◆ EXERCISE GOAL: Using the records below, transcribe word for word the stretch from the line that contains "f 239 141 123" through the line that contains "f 260 52 54", both end lines included, and nothing else.

● ● ● ● ●

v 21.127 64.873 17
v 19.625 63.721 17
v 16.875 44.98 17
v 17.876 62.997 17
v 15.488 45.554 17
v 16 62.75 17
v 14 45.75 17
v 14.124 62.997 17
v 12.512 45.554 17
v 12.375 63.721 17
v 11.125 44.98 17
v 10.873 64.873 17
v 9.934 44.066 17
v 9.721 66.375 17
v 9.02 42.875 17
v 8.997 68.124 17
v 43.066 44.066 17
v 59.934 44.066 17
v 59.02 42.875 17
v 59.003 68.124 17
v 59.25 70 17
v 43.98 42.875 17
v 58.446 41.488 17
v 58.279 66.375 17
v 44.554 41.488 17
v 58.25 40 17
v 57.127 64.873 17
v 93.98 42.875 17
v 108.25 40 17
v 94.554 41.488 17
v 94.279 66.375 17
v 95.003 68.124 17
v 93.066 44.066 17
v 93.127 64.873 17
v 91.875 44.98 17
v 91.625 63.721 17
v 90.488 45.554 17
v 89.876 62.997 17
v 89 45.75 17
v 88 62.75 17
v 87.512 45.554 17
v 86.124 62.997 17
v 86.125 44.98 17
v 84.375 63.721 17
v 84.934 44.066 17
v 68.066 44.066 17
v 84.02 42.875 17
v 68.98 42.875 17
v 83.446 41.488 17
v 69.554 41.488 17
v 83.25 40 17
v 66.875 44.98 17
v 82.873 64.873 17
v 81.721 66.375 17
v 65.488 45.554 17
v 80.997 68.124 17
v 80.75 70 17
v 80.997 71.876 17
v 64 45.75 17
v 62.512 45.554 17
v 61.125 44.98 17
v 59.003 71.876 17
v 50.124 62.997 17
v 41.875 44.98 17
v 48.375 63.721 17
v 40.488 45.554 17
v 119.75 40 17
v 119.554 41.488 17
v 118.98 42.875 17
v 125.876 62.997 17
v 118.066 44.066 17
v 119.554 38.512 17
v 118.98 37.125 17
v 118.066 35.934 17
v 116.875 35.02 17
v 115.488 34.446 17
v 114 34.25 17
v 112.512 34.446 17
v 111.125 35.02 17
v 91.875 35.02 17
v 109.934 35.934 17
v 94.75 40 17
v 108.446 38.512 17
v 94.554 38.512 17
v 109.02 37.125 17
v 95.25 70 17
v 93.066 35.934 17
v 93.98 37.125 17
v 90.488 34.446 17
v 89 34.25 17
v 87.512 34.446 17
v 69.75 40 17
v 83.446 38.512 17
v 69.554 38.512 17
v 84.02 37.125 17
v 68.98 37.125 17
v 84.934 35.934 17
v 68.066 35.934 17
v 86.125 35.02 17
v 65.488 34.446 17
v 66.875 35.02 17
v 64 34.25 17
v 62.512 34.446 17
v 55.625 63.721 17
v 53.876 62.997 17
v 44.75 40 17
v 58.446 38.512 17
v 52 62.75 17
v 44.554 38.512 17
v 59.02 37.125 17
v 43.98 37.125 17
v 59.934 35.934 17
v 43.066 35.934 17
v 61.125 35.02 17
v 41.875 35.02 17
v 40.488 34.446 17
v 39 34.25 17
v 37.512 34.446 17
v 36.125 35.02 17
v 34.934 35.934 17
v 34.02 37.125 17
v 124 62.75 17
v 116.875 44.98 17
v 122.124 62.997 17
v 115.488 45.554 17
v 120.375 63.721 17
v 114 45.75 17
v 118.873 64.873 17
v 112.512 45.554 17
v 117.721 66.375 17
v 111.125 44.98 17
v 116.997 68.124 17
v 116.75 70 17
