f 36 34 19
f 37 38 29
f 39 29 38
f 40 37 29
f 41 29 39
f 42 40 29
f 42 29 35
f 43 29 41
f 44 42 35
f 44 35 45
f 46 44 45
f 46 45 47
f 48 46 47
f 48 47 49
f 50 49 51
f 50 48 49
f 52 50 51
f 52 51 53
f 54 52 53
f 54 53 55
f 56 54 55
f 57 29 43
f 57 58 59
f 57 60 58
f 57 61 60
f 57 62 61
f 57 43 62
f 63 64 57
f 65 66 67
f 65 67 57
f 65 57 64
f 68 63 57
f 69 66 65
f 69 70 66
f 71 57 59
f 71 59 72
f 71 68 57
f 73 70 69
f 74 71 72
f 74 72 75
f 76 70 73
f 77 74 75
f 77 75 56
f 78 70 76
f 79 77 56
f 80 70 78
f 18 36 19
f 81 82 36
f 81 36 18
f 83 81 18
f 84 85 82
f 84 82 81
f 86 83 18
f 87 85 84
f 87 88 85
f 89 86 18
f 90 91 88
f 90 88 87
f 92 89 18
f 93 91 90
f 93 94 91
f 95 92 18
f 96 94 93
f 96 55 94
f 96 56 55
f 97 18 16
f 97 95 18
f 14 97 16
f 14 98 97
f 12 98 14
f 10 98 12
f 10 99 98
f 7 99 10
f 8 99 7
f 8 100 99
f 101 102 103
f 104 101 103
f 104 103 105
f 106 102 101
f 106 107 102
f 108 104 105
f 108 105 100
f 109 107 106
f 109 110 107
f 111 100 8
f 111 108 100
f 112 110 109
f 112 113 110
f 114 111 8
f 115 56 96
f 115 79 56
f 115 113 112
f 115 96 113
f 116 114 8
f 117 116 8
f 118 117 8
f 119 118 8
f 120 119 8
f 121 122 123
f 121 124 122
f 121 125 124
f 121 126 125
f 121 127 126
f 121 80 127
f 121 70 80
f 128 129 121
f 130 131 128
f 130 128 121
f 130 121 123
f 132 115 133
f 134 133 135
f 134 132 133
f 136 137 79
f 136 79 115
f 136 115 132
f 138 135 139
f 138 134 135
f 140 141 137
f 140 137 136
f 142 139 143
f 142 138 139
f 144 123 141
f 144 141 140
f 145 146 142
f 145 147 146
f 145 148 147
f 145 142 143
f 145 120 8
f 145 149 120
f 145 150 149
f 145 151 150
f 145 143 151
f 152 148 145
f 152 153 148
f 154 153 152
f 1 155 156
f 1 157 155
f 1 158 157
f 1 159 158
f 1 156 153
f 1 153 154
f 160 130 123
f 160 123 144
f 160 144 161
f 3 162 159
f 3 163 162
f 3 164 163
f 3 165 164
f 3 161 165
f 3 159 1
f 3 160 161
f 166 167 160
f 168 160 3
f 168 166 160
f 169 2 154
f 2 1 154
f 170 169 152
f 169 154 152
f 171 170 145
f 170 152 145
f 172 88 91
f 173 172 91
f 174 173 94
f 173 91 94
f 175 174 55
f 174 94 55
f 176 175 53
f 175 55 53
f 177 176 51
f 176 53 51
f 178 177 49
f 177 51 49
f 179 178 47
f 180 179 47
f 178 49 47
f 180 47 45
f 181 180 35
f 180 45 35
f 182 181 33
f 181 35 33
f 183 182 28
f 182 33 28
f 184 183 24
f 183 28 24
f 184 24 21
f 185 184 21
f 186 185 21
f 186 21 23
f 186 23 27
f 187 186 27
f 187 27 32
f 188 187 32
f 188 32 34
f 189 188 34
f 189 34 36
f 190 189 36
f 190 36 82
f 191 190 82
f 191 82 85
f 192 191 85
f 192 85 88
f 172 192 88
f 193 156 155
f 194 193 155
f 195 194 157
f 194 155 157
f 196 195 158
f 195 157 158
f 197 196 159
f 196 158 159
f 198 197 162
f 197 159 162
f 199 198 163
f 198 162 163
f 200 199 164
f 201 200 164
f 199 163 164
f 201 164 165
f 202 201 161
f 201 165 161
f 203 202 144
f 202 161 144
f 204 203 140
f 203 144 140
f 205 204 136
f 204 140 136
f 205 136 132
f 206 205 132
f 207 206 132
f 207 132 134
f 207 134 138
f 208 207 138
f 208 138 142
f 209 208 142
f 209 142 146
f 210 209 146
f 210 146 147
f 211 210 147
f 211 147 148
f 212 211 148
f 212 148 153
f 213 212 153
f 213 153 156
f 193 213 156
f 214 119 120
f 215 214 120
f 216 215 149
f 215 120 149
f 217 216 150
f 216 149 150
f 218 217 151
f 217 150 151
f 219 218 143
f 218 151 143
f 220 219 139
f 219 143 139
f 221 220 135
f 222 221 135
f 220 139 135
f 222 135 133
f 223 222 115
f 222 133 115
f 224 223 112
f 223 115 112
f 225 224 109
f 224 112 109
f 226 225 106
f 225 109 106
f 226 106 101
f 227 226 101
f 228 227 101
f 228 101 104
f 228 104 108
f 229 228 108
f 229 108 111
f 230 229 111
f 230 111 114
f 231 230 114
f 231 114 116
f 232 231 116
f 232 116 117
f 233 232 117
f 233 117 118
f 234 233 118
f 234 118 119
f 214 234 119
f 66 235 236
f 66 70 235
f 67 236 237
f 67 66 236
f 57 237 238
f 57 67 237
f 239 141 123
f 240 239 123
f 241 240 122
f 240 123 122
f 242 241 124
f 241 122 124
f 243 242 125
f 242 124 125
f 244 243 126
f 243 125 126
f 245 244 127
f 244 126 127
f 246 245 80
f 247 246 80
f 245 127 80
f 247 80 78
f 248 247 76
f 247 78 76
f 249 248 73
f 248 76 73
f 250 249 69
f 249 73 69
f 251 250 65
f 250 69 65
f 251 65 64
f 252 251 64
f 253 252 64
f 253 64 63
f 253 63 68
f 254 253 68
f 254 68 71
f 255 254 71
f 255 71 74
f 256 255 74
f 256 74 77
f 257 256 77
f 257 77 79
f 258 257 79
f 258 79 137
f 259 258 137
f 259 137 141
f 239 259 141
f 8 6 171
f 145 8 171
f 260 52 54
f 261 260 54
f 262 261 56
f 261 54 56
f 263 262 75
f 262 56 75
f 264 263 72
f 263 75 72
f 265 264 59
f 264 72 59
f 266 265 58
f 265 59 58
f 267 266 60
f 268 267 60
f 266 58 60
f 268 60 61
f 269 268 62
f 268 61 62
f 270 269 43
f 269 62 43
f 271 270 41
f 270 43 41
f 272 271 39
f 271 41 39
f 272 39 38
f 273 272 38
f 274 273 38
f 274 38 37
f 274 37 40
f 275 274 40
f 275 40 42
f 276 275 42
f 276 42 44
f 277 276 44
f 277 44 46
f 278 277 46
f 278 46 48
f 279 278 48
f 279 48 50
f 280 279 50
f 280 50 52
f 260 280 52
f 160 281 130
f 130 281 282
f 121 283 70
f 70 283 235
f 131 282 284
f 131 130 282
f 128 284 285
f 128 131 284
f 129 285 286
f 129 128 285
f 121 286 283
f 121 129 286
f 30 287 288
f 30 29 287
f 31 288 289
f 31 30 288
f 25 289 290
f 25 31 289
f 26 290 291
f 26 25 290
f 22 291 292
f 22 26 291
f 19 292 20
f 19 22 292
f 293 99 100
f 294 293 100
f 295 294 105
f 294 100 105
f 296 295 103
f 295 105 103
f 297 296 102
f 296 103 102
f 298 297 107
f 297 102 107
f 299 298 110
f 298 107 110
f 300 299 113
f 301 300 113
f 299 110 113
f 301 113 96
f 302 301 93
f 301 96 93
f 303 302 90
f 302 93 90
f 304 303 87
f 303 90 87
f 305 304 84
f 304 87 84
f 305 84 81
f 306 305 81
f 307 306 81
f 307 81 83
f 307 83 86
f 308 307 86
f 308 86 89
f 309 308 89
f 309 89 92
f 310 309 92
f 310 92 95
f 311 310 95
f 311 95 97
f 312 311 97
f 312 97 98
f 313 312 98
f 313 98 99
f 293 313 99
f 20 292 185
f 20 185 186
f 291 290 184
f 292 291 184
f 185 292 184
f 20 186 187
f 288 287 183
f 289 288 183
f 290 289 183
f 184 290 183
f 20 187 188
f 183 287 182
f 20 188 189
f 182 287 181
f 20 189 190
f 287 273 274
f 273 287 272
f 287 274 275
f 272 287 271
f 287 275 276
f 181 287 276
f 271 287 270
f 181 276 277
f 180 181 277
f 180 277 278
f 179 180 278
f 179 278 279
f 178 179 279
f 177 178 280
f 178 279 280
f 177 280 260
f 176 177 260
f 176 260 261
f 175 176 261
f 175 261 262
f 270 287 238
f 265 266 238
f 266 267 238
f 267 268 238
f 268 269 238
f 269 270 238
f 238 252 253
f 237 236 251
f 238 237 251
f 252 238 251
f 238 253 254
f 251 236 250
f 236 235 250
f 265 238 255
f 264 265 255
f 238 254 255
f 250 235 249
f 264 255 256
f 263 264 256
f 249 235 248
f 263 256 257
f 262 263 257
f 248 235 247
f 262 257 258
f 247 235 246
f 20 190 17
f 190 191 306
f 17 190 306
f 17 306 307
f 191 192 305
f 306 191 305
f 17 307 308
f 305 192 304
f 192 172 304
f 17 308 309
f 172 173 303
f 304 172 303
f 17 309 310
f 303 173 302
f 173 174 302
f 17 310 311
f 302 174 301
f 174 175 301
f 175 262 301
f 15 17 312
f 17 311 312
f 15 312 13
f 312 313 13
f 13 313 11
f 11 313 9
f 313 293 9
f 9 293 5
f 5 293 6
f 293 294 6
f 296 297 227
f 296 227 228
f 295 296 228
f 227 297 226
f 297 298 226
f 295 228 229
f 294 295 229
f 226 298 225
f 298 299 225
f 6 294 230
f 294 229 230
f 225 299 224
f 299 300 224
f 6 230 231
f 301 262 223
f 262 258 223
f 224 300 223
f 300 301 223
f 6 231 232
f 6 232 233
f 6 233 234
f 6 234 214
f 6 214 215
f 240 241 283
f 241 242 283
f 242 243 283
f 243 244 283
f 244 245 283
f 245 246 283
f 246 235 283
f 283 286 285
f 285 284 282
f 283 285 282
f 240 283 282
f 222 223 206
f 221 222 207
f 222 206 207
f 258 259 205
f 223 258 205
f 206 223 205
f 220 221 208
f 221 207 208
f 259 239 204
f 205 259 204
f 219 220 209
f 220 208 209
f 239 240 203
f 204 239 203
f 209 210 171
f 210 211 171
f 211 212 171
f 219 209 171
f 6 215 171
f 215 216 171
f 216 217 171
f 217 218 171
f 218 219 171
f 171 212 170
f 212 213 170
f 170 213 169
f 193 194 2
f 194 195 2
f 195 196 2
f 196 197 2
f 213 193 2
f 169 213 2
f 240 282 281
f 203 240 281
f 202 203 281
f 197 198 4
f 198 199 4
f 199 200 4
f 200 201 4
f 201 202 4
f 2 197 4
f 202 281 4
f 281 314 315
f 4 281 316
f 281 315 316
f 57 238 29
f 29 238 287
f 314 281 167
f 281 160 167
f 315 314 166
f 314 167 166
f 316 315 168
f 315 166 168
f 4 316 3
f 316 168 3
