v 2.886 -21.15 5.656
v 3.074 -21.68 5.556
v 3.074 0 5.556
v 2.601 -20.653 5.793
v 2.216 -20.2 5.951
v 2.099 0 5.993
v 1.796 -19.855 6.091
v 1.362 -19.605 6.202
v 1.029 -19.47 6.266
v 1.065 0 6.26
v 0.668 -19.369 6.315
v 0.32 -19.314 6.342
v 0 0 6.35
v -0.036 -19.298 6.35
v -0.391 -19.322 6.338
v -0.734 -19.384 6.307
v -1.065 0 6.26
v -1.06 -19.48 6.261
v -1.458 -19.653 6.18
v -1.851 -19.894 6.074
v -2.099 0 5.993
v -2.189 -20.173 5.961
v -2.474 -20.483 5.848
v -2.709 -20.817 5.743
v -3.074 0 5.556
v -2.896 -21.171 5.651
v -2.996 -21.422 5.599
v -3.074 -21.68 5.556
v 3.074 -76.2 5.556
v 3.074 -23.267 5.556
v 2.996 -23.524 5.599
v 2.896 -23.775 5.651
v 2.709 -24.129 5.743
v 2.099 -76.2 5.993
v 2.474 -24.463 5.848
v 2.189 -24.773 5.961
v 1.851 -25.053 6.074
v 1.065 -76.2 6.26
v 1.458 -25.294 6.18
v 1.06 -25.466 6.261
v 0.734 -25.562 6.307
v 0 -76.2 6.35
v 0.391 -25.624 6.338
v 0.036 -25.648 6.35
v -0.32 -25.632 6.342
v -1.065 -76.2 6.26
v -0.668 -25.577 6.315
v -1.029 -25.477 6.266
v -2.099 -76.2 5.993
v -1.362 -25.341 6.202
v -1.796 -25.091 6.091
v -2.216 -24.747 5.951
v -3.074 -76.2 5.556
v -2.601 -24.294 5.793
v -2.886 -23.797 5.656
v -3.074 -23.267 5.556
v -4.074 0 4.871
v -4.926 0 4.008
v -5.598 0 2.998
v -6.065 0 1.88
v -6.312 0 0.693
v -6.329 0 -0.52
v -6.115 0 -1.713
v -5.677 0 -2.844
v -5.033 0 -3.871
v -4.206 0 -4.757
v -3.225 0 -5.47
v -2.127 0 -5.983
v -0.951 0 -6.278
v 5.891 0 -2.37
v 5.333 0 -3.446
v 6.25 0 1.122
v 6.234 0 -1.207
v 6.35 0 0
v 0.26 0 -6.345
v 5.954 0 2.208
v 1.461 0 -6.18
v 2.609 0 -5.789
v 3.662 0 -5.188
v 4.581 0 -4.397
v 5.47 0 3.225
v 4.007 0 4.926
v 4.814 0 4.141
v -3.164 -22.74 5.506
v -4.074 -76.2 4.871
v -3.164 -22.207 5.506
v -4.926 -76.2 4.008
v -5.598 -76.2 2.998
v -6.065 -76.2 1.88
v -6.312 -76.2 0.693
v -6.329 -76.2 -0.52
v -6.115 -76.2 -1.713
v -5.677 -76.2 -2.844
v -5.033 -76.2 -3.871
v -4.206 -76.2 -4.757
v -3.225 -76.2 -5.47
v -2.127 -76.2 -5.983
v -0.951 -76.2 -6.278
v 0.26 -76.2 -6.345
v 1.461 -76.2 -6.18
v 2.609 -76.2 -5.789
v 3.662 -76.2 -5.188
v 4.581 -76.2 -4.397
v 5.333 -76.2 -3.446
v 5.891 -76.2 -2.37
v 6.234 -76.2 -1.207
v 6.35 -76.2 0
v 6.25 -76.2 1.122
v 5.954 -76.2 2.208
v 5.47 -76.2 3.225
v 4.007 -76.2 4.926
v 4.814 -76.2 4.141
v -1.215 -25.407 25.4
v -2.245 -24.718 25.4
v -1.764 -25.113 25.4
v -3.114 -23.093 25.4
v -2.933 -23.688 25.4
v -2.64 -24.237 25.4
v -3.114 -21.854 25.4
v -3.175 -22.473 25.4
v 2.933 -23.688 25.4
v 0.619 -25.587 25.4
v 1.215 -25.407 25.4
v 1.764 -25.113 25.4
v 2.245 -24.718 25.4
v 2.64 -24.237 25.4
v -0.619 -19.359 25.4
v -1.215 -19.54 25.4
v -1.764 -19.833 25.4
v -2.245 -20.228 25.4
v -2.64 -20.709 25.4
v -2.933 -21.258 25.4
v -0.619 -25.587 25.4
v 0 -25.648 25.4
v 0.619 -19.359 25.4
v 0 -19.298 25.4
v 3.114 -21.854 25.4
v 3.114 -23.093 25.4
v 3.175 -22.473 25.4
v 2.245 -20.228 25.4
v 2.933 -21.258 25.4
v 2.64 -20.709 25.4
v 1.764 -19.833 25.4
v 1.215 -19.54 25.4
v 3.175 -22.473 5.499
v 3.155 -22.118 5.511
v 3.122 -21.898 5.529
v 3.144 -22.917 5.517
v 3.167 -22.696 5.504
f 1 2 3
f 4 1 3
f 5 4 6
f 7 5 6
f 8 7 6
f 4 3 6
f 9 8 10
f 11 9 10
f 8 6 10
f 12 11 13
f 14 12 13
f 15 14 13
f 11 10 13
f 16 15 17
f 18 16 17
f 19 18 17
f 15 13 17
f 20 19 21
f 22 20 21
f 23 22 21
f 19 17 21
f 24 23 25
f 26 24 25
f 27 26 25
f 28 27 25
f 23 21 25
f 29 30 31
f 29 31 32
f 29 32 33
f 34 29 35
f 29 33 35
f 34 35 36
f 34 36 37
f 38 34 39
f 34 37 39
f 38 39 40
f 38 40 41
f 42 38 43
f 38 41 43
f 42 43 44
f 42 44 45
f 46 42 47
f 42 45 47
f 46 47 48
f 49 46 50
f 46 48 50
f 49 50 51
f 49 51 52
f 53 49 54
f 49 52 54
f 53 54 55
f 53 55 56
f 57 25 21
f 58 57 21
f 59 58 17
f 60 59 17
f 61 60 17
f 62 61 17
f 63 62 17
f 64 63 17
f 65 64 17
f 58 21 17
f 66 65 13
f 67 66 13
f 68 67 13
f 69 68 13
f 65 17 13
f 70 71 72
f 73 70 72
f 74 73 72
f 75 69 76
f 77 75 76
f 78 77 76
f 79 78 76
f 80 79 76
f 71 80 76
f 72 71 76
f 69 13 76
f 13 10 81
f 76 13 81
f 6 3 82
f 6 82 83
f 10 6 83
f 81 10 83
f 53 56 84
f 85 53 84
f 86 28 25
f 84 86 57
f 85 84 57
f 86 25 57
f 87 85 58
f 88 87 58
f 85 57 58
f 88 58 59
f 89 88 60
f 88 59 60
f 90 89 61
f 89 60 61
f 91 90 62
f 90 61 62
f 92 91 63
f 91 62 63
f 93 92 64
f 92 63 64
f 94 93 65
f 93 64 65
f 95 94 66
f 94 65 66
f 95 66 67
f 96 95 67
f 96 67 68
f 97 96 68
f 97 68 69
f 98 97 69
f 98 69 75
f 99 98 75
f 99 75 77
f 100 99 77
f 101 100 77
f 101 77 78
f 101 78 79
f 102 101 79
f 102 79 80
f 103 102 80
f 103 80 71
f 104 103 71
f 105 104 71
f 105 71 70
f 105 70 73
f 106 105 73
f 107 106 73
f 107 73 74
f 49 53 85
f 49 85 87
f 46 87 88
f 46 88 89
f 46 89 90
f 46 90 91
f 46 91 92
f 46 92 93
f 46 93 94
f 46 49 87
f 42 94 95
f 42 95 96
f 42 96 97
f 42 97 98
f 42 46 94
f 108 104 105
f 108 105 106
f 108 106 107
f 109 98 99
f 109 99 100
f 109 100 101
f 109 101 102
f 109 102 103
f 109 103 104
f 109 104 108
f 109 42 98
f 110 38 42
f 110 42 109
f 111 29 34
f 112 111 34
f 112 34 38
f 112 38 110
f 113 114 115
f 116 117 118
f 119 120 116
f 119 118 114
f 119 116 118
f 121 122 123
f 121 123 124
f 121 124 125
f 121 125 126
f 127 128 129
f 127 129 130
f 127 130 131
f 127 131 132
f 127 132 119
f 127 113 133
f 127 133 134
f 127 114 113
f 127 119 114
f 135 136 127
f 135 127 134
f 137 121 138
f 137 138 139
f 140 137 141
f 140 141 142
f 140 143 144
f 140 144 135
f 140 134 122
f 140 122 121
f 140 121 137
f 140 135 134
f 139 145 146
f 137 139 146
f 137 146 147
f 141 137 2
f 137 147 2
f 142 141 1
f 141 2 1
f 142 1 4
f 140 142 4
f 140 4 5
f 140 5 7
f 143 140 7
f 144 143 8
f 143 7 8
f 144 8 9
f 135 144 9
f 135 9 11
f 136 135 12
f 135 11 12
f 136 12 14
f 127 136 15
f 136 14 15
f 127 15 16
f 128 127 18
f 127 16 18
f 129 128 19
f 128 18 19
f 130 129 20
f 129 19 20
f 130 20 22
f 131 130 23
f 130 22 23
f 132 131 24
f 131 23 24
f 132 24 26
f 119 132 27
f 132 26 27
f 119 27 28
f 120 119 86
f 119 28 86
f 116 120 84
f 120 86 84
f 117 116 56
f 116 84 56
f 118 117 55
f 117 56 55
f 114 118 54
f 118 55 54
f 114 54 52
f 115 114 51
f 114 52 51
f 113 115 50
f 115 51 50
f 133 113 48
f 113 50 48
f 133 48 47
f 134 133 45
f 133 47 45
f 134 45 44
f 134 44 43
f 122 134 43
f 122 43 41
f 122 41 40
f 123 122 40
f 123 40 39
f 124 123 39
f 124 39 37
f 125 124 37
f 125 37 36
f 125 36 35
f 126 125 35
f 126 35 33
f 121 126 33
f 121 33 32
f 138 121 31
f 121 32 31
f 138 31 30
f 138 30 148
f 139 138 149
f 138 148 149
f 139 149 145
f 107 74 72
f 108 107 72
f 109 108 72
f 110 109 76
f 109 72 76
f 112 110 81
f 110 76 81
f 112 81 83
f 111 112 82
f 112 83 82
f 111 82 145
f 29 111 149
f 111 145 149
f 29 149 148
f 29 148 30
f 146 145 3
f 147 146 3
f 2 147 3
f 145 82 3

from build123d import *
from build123d import SkipClean  # not in build123d's __all__

# Parameters (mm, degrees)
F1_DEPTH = 76.2
F2_R     = 3.175
F3_DEPTH = 25.4


with BuildPart() as f1:
    # F0 (on Front) → F1 (new body)
    with BuildSketch(Plane.XZ):
        with BuildLine():
            ThreePointArc((-3.0741805311, 5.55625), (-3.2250157851, -5.4700798153), (6.35, 0))
            ThreePointArc((6.35, 0), (5.4700798153, 3.2250157851), (3.0741805311, 5.55625))
            ThreePointArc((3.0741805311, 5.55625), (0, 6.35), (-3.0741805311, 5.55625))
        make_face()
    extrude(amount=F1_DEPTH)

    # F2 (on Top) → F3 (join)
    with BuildSketch(Plane.XY):
        with Locations((0, -22.4732574466)):
            Circle(F2_R)
    with SkipClean():  # cleaning this boolean's faces spoils the solid; the shape is the same uncleaned
        extrude(amount=F3_DEPTH)


solid = f1.part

● ● ● ● ●

◆ RESPONSE TO THIS TASK:
f 239 141 123
f 240 239 123
f 241 240 122
f 240 123 122
f 242 241 124
f 241 122 124
f 243 242 125
f 242 124 125
f 244 243 126
f 243 125 126
f 245 244 127
f 244 126 127
f 246 245 80
f 247 246 80
f 245 127 80
f 247 80 78
f 248 247 76
f 247 78 76
f 249 248 73
f 248 76 73
f 250 249 69
f 249 73 69
f 251 250 65
f 250 69 65
f 251 65 64
f 252 251 64
f 253 252 64
f 253 64 63
f 253 63 68
f 254 253 68
f 254 68 71
f 255 254 71
f 255 71 74
f 256 255 74
f 256 74 77
f 257 256 77
f 257 77 79
f 258 257 79
f 258 79 137
f 259 258 137
f 259 137 141
f 239 259 141
f 8 6 171
f 145 8 171
f 260 52 54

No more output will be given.